**About this task**
For the entries that follow, restate word for word the line containing "#53=ORIENTED_EDGE('',*,*,#46,.T.);", the line containing "#83=ADVANCED_FACE('',(#74,#81),#82,.T.);", and every line that lies between them.

(Collected data entries)
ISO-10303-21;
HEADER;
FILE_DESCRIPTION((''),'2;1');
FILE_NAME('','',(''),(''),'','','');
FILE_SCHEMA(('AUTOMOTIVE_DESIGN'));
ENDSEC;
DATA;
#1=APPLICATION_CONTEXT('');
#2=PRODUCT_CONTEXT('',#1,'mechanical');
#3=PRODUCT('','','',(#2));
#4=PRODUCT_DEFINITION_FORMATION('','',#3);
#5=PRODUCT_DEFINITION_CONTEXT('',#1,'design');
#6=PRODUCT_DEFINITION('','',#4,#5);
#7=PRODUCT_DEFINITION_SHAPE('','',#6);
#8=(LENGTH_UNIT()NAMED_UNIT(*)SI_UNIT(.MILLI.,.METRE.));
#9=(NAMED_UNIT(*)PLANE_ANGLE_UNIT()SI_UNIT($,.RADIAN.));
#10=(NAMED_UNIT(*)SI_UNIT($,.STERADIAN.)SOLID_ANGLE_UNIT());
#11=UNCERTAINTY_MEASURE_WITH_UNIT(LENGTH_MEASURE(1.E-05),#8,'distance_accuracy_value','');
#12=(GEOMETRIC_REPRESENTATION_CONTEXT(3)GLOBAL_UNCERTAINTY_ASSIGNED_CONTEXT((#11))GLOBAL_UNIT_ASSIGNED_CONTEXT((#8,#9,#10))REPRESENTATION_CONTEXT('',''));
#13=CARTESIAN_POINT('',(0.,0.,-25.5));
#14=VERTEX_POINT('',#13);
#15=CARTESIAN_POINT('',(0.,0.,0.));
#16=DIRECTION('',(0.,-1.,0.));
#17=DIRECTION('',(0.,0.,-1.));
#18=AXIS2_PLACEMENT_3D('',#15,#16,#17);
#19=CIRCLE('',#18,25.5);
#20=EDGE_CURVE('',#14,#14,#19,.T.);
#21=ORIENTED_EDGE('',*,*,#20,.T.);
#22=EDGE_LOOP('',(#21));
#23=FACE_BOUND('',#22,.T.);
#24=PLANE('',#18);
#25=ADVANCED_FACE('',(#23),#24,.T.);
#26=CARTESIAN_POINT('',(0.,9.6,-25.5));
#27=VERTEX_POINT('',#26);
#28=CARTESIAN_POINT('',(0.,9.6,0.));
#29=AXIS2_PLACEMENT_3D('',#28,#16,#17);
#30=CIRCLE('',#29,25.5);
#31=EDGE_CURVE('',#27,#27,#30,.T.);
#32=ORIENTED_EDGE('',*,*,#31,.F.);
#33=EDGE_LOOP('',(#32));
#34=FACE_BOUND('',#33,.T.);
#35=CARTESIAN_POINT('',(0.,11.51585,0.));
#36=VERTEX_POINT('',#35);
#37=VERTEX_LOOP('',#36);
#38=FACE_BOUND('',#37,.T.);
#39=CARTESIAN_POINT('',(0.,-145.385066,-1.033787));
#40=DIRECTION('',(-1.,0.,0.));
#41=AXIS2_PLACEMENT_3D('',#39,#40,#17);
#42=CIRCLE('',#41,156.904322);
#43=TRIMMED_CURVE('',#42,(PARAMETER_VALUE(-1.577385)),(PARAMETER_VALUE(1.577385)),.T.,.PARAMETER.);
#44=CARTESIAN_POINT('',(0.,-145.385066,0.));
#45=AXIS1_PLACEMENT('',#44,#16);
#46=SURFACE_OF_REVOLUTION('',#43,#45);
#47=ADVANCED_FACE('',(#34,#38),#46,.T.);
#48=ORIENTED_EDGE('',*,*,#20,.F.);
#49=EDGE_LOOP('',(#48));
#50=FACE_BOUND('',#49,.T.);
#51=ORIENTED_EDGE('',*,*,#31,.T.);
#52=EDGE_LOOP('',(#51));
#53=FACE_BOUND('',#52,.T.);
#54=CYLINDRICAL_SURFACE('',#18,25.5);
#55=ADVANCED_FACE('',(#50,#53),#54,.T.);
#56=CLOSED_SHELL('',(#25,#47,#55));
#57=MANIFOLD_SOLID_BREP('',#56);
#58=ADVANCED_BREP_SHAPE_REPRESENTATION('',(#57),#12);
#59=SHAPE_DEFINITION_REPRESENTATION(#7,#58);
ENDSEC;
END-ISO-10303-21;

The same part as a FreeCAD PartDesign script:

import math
import FreeCAD as App
import Part
import Sketcher
Q = App.Units.Quantity

doc = App.newDocument("Part")
body = doc.addObject("PartDesign::Body", "Body")

# Sketch on YZ plane
sketch1 = body.newObject("Sketcher::SketchObject", "Sketch")
sketch1.AttachmentSupport = (doc.getObject("YZ_Plane"), [""])
sketch1.MapMode = "FlatFace"
sketch1.addGeometry(Part.LineSegment(App.Vector(0, 0, 0), App.Vector(0, -25.5, 0)), False)
sketch1.addGeometry(Part.LineSegment(App.Vector(0, -25.5, 0), App.Vector(9.6, -25.5, 0)), False)
sketch1.addGeometry(Part.ArcOfCircle(Part.Circle(App.Vector(-145.385067, -1.033787, 0), App.Vector(0, 0, 1), 156.904323), math.radians(-8.970782), math.radians(0.377504)), False)
sketch1.addGeometry(Part.LineSegment(App.Vector(11.51585, 0, 0), App.Vector(0, 0, 0)), False)
sketch1.addConstraint(Sketcher.Constraint("Coincident", 0, 2, 1, 1))
sketch1.addConstraint(Sketcher.Constraint("Coincident", 1, 2, 2, 1))
sketch1.addConstraint(Sketcher.Constraint("Coincident", 2, 2, 3, 1))
sketch1.addConstraint(Sketcher.Constraint("Coincident", 3, 2, 0, 1))
sketch1.addConstraint(Sketcher.Constraint("Vertical", 0))
sketch1.addConstraint(Sketcher.Constraint("Horizontal", 1))
sketch1.addConstraint(Sketcher.Constraint("Horizontal", 3))
sketch1.addConstraint(Sketcher.Constraint("Coincident", 3, 2, -1, 1))
sketch1.addConstraint(Sketcher.Constraint("DistanceX", 1, 1, 1, 2, Q("9.6 mm")))
sketch1.addConstraint(Sketcher.Constraint("DistanceY", 0, 2, 0, 1, Q("25.5 mm")))
sketch1.addConstraint(Sketcher.Constraint("Radius", 2, Q("156.904323 mm")))
sketch1.addConstraint(Sketcher.Constraint("DistanceX", 3, 2, 3, 1, Q("11.51585 mm")))
revolution = body.newObject("PartDesign::Revolution", "Revolution")
revolution.Profile = sketch1
revolution.ReferenceAxis = (sketch1, ["H_Axis"])
revolution.Angle = 360

doc.recompute()
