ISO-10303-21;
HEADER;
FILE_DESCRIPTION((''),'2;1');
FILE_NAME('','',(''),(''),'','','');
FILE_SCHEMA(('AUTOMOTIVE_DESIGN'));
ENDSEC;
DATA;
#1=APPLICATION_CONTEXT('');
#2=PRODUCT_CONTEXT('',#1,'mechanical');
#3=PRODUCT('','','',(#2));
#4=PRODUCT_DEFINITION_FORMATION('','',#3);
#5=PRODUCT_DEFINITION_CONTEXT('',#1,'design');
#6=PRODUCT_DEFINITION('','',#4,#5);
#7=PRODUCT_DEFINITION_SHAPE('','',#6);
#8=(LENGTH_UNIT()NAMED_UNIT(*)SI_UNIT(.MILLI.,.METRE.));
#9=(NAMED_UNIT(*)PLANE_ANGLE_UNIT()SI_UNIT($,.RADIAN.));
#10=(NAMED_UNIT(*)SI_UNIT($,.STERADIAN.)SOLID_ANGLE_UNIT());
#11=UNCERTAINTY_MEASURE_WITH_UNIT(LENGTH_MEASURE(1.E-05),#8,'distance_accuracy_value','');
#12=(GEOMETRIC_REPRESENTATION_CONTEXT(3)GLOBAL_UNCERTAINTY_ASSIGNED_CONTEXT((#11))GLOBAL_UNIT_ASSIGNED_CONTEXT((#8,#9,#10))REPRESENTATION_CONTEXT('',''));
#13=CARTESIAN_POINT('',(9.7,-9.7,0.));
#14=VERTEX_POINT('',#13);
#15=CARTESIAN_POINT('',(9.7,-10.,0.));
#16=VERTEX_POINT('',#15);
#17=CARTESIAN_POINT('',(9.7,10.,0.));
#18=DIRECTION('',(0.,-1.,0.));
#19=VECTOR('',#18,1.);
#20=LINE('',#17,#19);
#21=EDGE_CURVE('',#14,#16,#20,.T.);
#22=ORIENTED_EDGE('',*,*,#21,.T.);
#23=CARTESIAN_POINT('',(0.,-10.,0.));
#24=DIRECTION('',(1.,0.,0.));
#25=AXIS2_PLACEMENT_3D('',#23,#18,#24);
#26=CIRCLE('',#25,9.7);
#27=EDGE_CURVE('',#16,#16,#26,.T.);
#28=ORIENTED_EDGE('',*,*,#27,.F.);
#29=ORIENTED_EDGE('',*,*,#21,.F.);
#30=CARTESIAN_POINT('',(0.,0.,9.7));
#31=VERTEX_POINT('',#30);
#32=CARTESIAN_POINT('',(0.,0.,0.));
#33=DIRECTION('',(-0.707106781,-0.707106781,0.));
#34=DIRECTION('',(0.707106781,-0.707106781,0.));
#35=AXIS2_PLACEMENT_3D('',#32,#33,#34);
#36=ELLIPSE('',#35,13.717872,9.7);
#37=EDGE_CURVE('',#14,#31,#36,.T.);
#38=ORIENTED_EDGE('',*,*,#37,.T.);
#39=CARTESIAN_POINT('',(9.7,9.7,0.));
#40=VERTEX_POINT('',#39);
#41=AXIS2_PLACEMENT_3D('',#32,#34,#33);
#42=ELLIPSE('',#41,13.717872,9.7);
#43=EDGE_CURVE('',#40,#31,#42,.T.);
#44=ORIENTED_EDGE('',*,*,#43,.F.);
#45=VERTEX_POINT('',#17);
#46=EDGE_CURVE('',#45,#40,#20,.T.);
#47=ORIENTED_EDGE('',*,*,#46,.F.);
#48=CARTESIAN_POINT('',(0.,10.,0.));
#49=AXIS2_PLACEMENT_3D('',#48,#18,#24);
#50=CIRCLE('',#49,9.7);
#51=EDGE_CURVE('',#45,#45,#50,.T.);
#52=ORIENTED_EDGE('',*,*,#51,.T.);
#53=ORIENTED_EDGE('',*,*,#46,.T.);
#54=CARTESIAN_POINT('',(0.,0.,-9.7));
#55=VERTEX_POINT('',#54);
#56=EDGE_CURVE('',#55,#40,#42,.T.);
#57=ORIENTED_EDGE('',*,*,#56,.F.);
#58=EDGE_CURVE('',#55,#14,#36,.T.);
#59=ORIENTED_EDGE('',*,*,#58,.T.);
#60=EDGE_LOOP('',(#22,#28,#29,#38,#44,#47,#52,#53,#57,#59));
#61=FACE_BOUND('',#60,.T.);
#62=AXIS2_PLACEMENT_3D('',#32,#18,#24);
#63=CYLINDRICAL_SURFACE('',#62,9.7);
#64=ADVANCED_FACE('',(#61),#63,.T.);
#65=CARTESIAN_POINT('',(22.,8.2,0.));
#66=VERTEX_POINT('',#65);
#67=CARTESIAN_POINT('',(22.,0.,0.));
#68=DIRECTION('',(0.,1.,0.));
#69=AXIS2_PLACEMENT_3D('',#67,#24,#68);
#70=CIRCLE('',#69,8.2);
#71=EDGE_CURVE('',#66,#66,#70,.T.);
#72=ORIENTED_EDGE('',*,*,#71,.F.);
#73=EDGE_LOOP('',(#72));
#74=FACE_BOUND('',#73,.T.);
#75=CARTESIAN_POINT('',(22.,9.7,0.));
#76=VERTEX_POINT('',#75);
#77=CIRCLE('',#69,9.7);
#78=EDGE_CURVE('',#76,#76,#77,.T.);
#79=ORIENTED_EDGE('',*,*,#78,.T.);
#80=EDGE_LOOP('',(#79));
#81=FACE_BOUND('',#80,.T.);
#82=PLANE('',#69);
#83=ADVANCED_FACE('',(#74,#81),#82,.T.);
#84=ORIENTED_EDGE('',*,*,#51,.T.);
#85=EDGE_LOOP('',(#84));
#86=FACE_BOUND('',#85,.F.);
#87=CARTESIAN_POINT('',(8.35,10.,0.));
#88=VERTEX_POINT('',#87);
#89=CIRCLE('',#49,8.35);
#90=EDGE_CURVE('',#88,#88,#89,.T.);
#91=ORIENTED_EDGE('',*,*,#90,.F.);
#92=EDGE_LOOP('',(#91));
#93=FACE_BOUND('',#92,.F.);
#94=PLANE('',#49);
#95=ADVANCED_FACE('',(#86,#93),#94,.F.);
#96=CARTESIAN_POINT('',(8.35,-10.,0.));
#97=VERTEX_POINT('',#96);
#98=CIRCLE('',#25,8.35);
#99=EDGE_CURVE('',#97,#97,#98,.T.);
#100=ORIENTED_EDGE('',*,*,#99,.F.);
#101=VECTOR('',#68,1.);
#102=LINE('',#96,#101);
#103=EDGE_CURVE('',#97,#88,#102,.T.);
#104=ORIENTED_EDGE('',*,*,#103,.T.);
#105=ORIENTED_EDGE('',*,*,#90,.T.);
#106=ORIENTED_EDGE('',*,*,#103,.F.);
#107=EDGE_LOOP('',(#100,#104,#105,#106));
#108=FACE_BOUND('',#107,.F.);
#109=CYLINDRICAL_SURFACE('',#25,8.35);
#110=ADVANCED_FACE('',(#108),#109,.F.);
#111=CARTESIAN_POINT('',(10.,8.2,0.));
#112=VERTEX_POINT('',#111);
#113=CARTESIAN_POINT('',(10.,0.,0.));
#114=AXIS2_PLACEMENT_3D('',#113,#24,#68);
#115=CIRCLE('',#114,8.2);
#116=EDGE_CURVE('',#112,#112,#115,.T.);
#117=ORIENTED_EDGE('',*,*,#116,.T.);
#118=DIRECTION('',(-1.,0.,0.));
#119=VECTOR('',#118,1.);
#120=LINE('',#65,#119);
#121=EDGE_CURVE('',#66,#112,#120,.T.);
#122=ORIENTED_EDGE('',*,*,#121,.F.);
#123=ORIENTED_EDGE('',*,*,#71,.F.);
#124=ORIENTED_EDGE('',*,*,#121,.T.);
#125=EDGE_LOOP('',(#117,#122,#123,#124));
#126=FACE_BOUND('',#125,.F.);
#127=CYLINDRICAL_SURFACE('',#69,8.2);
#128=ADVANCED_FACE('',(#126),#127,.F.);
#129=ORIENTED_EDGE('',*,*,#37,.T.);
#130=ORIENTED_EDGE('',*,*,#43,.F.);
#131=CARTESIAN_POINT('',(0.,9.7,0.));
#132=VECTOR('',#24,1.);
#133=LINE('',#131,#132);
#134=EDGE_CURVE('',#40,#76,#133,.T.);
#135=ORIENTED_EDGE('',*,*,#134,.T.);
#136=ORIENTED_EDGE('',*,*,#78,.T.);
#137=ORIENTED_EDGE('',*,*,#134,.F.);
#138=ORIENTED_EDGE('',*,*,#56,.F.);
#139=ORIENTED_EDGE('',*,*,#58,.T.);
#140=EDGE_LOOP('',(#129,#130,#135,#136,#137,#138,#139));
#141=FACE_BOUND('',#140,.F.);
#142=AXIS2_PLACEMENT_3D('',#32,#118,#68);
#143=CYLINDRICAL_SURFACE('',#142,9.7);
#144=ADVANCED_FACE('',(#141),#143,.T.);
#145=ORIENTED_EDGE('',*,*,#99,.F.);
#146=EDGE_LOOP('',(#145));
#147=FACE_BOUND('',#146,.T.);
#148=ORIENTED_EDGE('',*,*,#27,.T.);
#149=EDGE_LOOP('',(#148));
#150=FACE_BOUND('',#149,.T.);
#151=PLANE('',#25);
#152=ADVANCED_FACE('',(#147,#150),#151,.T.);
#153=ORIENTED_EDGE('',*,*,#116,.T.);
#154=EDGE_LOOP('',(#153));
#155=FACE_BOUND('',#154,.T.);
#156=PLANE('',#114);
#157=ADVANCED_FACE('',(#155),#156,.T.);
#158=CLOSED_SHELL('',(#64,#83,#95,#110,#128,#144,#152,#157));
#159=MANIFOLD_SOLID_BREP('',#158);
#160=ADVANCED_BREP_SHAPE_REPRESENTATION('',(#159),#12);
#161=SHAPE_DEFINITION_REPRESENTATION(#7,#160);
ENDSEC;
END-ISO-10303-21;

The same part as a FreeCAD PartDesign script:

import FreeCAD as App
import Part
import Sketcher
from FreeCAD import Vector
Q = App.Units.Quantity

doc = App.newDocument("Part")
params = doc.addObject("Spreadsheet::Sheet", "Params")
for row, (alias, value) in enumerate([
    ("sketch1_diameter", "19.4 mm"),
    ("pad1_length", "20 mm"),
    ("sketch2_diameter", "19.4 mm"),
    ("pad2_length", "22 mm"),
    ("sketch3_diameter", "16.7 mm"),
    ("pocket1_length", "23 mm"),
    ("sketch4_diameter", "16.4 mm"),
    ("pocket2_length", "12 mm"),
], start=1):
    params.set(f"A{row}", alias)
    params.set(f"B{row}", "=" + value)
    params.setAlias(f"B{row}", alias)

body = doc.addObject("PartDesign::Body", "Body")

# Sketch on XZ plane
sketch1 = doc.addObject("Sketcher::SketchObject", "Sketch")
body.addObject(sketch1)
sketch1.AttachmentSupport = (doc.XZ_Plane, [""])
sketch1.MapMode = "FlatFace"
sketch1.addGeometry(Part.Circle(Vector(0, 0, 0), Vector(0, 0, 1), 9.7), False)
sketch1.addConstraint([
    Sketcher.Constraint("Coincident", 0, 3, -1, 1),
    Sketcher.Constraint("Diameter", 0, Q("19.4 mm")),
])
sketch1.setExpression("Constraints[1]", "Params.sketch1_diameter")
pad1 = doc.addObject("PartDesign::Pad", "Pad")
body.addObject(pad1)
pad1.Profile = sketch1
pad1.setExpression("Length", "Params.pad1_length")
pad1.Midplane = True

# Sketch on YZ plane
sketch2 = doc.addObject("Sketcher::SketchObject", "Sketch001")
body.addObject(sketch2)
sketch2.AttachmentSupport = (doc.YZ_Plane, [""])
sketch2.MapMode = "FlatFace"
sketch2.addGeometry(Part.Circle(Vector(0, 0, 0), Vector(0, 0, 1), 9.7), False)
sketch2.addConstraint([
    Sketcher.Constraint("Coincident", 0, 3, -1, 1),
    Sketcher.Constraint("Diameter", 0, Q("19.4 mm")),
])
sketch2.setExpression("Constraints[1]", "Params.sketch2_diameter")
pad2 = doc.addObject("PartDesign::Pad", "Pad001")
body.addObject(pad2)
pad2.Profile = sketch2
pad2.setExpression("Length", "Params.pad2_length")

# Sketch on XZ plane
sketch3 = doc.addObject("Sketcher::SketchObject", "Sketch002")
body.addObject(sketch3)
sketch3.AttachmentSupport = (doc.XZ_Plane, [""])
sketch3.MapMode = "FlatFace"
sketch3.AttachmentOffset = App.Placement(Vector(0, 0, 10), App.Rotation())
sketch3.addGeometry(Part.Circle(Vector(0, 0, 0), Vector(0, 0, 1), 8.35), False)
sketch3.addConstraint([
    Sketcher.Constraint("Coincident", 0, 3, -1, 1),
    Sketcher.Constraint("Diameter", 0, Q("16.7 mm")),
])
sketch3.setExpression("Constraints[1]", "Params.sketch3_diameter")
pocket1 = doc.addObject("PartDesign::Pocket", "Pocket")
body.addObject(pocket1)
pocket1.Profile = sketch3
pocket1.setExpression("Length", "Params.pocket1_length")

# Sketch on YZ plane
sketch4 = doc.addObject("Sketcher::SketchObject", "Sketch003")
body.addObject(sketch4)
sketch4.AttachmentSupport = (doc.YZ_Plane, [""])
sketch4.MapMode = "FlatFace"
sketch4.AttachmentOffset = App.Placement(Vector(0, 0, 22), App.Rotation())
sketch4.addGeometry(Part.Circle(Vector(0, 0, 0), Vector(0, 0, 1), 8.2), False)
sketch4.addConstraint([
    Sketcher.Constraint("Coincident", 0, 3, -1, 1),
    Sketcher.Constraint("Diameter", 0, Q("16.4 mm")),
])
sketch4.setExpression("Constraints[1]", "Params.sketch4_diameter")
pocket2 = doc.addObject("PartDesign::Pocket", "Pocket001")
body.addObject(pocket2)
pocket2.Profile = sketch4
pocket2.setExpression("Length", "Params.pocket2_length")

doc.recompute()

**Finished exercise**
#53=ORIENTED_EDGE('',*,*,#46,.T.);
#54=CARTESIAN_POINT('',(0.,0.,-9.7));
#55=VERTEX_POINT('',#54);
#56=EDGE_CURVE('',#55,#40,#42,.T.);
#57=ORIENTED_EDGE('',*,*,#56,.F.);
#58=EDGE_CURVE('',#55,#14,#36,.T.);
#59=ORIENTED_EDGE('',*,*,#58,.T.);
#60=EDGE_LOOP('',(#22,#28,#29,#38,#44,#47,#52,#53,#57,#59));
#61=FACE_BOUND('',#60,.T.);
#62=AXIS2_PLACEMENT_3D('',#32,#18,#24);
#63=CYLINDRICAL_SURFACE('',#62,9.7);
#64=ADVANCED_FACE('',(#61),#63,.T.);
#65=CARTESIAN_POINT('',(22.,8.2,0.));
#66=VERTEX_POINT('',#65);
#67=CARTESIAN_POINT('',(22.,0.,0.));
#68=DIRECTION('',(0.,1.,0.));
#69=AXIS2_PLACEMENT_3D('',#67,#24,#68);
#70=CIRCLE('',#69,8.2);
#71=EDGE_CURVE('',#66,#66,#70,.T.);
#72=ORIENTED_EDGE('',*,*,#71,.F.);
#73=EDGE_LOOP('',(#72));
#74=FACE_BOUND('',#73,.T.);
#75=CARTESIAN_POINT('',(22.,9.7,0.));
#76=VERTEX_POINT('',#75);
#77=CIRCLE('',#69,9.7);
#78=EDGE_CURVE('',#76,#76,#77,.T.);
#79=ORIENTED_EDGE('',*,*,#78,.T.);
#80=EDGE_LOOP('',(#79));
#81=FACE_BOUND('',#80,.T.);
#82=PLANE('',#69);
#83=ADVANCED_FACE('',(#74,#81),#82,.T.);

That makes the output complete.